▸ **Aim of the task**: Write out, without any change, the lines in the material below that run from the line with "v 7.314 12 -7.317" through the line with "v 14.355 -2.756 -5.657", both included.

▸ **Data provided**:
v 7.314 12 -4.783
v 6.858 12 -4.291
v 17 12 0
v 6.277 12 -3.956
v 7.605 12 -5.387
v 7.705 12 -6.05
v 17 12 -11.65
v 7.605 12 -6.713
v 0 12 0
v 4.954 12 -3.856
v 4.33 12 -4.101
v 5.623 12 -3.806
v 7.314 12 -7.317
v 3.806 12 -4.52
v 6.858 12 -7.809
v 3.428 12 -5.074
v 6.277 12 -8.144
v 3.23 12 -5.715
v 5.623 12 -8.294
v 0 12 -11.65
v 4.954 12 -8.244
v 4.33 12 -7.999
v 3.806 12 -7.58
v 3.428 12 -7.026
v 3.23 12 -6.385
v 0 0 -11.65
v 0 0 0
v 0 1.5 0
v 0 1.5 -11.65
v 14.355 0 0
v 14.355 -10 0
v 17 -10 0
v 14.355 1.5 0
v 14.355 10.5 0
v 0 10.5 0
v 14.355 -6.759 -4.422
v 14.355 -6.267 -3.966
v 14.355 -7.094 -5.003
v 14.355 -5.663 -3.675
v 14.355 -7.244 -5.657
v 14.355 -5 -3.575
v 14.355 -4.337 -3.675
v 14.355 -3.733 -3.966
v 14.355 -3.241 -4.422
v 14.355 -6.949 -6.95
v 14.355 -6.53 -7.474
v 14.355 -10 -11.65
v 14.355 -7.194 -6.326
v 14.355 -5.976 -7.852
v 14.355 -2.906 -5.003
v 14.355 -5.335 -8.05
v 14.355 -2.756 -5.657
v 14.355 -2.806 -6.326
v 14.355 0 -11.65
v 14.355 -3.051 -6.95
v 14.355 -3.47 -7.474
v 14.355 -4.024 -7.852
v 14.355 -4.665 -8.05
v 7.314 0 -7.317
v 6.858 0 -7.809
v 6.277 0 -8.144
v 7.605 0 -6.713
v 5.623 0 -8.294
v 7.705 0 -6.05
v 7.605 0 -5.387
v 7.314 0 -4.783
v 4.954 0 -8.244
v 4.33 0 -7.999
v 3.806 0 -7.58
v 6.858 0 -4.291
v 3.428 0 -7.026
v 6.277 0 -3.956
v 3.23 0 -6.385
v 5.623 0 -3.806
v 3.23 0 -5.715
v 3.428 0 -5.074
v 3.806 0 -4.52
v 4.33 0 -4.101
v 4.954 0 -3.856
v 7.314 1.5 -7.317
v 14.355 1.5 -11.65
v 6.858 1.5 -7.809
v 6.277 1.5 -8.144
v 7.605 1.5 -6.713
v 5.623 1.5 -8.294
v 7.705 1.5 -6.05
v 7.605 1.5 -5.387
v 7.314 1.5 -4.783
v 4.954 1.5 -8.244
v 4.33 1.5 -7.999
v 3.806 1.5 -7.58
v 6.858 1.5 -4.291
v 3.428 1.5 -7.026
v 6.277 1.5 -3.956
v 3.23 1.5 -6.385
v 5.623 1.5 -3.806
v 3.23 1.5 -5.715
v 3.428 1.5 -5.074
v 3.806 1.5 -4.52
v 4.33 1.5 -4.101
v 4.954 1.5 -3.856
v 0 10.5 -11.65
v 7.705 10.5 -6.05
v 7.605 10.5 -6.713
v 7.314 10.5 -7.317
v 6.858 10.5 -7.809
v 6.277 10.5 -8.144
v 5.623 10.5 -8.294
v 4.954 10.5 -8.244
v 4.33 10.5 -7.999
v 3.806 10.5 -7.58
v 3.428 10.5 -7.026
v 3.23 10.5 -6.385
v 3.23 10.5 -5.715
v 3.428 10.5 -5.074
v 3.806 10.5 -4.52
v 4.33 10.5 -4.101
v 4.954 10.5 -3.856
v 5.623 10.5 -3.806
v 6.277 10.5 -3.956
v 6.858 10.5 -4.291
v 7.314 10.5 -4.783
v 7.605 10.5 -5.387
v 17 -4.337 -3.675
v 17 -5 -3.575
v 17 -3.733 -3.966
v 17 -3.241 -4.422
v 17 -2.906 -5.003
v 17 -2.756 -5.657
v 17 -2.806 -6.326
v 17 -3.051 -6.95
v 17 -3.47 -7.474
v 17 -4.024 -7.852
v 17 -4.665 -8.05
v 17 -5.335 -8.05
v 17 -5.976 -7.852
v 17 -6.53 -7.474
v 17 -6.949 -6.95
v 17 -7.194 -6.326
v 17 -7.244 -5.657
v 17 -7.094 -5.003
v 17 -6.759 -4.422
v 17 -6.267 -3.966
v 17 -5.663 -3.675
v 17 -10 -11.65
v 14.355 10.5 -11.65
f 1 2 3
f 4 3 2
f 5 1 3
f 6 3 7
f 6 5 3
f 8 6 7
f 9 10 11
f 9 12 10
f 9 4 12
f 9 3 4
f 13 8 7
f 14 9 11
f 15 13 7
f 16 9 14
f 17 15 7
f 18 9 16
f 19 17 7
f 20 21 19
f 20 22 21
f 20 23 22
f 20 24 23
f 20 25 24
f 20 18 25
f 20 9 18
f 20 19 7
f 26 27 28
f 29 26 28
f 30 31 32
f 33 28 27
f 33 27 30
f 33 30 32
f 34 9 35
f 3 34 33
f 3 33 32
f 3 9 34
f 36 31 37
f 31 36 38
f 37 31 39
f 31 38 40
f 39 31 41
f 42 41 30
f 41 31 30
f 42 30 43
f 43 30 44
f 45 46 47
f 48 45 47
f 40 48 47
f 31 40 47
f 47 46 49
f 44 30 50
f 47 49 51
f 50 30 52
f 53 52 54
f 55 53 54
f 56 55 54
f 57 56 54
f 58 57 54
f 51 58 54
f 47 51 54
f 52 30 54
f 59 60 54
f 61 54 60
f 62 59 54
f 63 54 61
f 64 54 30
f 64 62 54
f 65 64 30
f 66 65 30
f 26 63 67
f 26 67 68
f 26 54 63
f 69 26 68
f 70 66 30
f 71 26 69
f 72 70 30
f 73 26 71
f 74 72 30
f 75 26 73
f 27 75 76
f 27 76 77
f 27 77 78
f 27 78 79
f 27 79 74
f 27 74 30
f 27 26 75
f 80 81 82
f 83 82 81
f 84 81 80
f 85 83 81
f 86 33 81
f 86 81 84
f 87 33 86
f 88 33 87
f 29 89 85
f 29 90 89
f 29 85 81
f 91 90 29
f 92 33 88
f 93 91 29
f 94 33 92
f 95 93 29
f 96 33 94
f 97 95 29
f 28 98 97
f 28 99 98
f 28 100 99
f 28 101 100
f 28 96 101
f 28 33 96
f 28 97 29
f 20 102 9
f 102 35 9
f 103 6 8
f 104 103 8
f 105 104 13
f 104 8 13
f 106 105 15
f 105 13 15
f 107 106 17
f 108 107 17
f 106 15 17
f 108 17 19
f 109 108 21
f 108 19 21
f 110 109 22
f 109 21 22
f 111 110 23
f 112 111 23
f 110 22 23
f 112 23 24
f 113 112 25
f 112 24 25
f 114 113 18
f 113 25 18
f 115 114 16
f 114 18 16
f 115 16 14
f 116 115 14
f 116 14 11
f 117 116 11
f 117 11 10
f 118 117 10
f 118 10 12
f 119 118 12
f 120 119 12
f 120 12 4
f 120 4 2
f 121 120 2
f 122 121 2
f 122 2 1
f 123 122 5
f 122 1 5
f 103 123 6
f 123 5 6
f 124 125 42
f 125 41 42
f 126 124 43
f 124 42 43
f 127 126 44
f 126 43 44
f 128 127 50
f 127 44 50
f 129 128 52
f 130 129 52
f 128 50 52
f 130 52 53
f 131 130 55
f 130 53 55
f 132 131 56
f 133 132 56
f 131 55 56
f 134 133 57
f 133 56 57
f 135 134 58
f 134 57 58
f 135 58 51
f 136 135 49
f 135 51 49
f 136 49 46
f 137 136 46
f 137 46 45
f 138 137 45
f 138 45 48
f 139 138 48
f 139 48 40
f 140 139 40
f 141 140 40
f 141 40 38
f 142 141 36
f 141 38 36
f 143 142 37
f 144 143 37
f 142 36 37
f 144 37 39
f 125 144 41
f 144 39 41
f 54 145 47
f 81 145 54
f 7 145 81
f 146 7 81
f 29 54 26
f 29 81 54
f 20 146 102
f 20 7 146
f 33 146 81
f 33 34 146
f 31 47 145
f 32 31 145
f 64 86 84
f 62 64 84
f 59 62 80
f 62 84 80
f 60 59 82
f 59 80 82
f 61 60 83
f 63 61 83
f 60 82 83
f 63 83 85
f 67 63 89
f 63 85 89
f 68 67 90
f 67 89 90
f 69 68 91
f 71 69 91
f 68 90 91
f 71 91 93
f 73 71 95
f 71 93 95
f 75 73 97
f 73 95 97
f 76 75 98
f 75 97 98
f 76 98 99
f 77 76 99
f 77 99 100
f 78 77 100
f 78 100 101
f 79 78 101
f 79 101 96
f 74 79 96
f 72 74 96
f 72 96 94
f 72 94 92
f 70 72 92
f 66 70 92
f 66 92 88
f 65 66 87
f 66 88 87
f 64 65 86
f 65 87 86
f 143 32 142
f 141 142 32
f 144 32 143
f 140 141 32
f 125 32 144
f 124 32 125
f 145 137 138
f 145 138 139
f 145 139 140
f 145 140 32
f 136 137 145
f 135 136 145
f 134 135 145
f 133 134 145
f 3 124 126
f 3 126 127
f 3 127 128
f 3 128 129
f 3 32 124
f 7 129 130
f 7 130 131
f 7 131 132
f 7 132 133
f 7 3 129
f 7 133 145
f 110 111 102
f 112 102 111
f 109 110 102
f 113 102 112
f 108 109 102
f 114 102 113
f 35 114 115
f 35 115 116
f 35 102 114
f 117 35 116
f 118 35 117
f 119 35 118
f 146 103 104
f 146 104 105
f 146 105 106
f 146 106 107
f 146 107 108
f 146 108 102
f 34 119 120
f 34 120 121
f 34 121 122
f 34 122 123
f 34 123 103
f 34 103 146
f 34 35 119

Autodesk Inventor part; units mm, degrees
ref_plane "YZ Plane" through (0, 0, 0) normal (1, 0, 0) x (0, 1, 0)
ref_plane "XZ Plane" through (0, 0, 0) normal (0, 1, 0) x (-1, 0, 0)
ref_plane "XY Plane" through (0, 0, 0) normal (0, 0, 1) x (1, 0, 0)
sketch "Sketch1" plane through (0, 0, 0) normal (1, 0, 0) x (0, 1, 0)
  line L0 (0, 0) -> (12, 0)
  line L1 (12, 0) -> (12, -11.65)
  line L2 (12, -11.65) -> (0, -11.65)
  line L3 (0, -11.65) -> (0, 0)
  dimension "d0" = 12
  dimension "d1" = 11.65
extrude "Extrusion1" add sketch "Sketch1" along normal blind 17
sketch "Sketch3" plane through (0, 0, 0) normal (0, 0, 1) x (1, 0, 0)
  line L0 (-0.6451, 10.5) -> (14.3549, 10.5)
  line L1 (14.3549, 10.5) -> (14.3549, 1.5)
  line L2 (14.3549, 1.5) -> (-0.6451, 1.5)
  line L3 (-0.6451, 1.5) -> (-0.6451, 10.5)
  line L4 (17, 12) -> (17, 0) projected
  line L5 (0, 12) -> (17, 12) projected
  point P0 (0, 0)
  point P1 (10, 1.5)
  point P2 (10, 10.5)
  dimension "d7" = 9
  dimension "d8" = 15
  dimension "d10" = 1.5
extrude "Extrusion2" cut sketch "Sketch3" against normal blind 14
sketch "Sketch5" plane through (0, 12, 0) normal (0, 1, 0) x (1, 0, 0)
  circle A0 centre (5.4549, 6.05) radius 2.25
  line L0 (14.3549, 0) -> (14.3549, 11.65) projected
  line L1 (0, 11.65) -> (17, 11.65) projected
  point P0 (0, 0)
  point P1 (11.3549, 10)
  point P2 (14.3549, 11.65)
  dimension "d16" = 4.5
  dimension "d17" = 8.9
  dimension "d18" = 5.6
extrude "Extrusion3" cut sketch "Sketch5" against normal blind 14
sketch "Sketch6" plane through (0, 0, -11.65) normal (0, -1, 0) x (1, 0, 0)
  line L0 (14.3549, 11.65) -> (14.3549, 0) projected
  line L1 (17, 11.65) -> (17, 0) projected
  line L2 (14.3549, 11.65) -> (17, 11.65)
  line L3 (17, 11.65) -> (17, 0)
  line L4 (17, 0) -> (14.3549, 0)
  line L5 (14.3549, 0) -> (14.3549, 11.65)
  point P0 (0, 11.65)
extrude "Extrusion4" add sketch "Sketch6" along normal blind 10
sketch "Sketch7" plane through (14.3549, 0, -11.65) normal (-1, 0, 0) x (0, 0, 1)
  circle A0 centre (5.825, -5) radius 2.25
  line L0 (11.65, 0) -> (11.65, -10) projected
  line L1 (11.65, -10) -> (0, -10) projected
  dimension "d23" = 5.825
  dimension "d24" = 4.5
  dimension "d25" = 5
extrude "Extrusion5" cut sketch "Sketch7" against normal blind 4
properties part number "rodclamp1"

▸ **Output**:
v 7.314 12 -7.317
v 3.806 12 -4.52
v 6.858 12 -7.809
v 3.428 12 -5.074
v 6.277 12 -8.144
v 3.23 12 -5.715
v 5.623 12 -8.294
v 0 12 -11.65
v 4.954 12 -8.244
v 4.33 12 -7.999
v 3.806 12 -7.58
v 3.428 12 -7.026
v 3.23 12 -6.385
v 0 0 -11.65
v 0 0 0
v 0 1.5 0
v 0 1.5 -11.65
v 14.355 0 0
v 14.355 -10 0
v 17 -10 0
v 14.355 1.5 0
v 14.355 10.5 0
v 0 10.5 0
v 14.355 -6.759 -4.422
v 14.355 -6.267 -3.966
v 14.355 -7.094 -5.003
v 14.355 -5.663 -3.675
v 14.355 -7.244 -5.657
v 14.355 -5 -3.575
v 14.355 -4.337 -3.675
v 14.355 -3.733 -3.966
v 14.355 -3.241 -4.422
v 14.355 -6.949 -6.95
v 14.355 -6.53 -7.474
v 14.355 -10 -11.65
v 14.355 -7.194 -6.326
v 14.355 -5.976 -7.852
v 14.355 -2.906 -5.003
v 14.355 -5.335 -8.05
v 14.355 -2.756 -5.657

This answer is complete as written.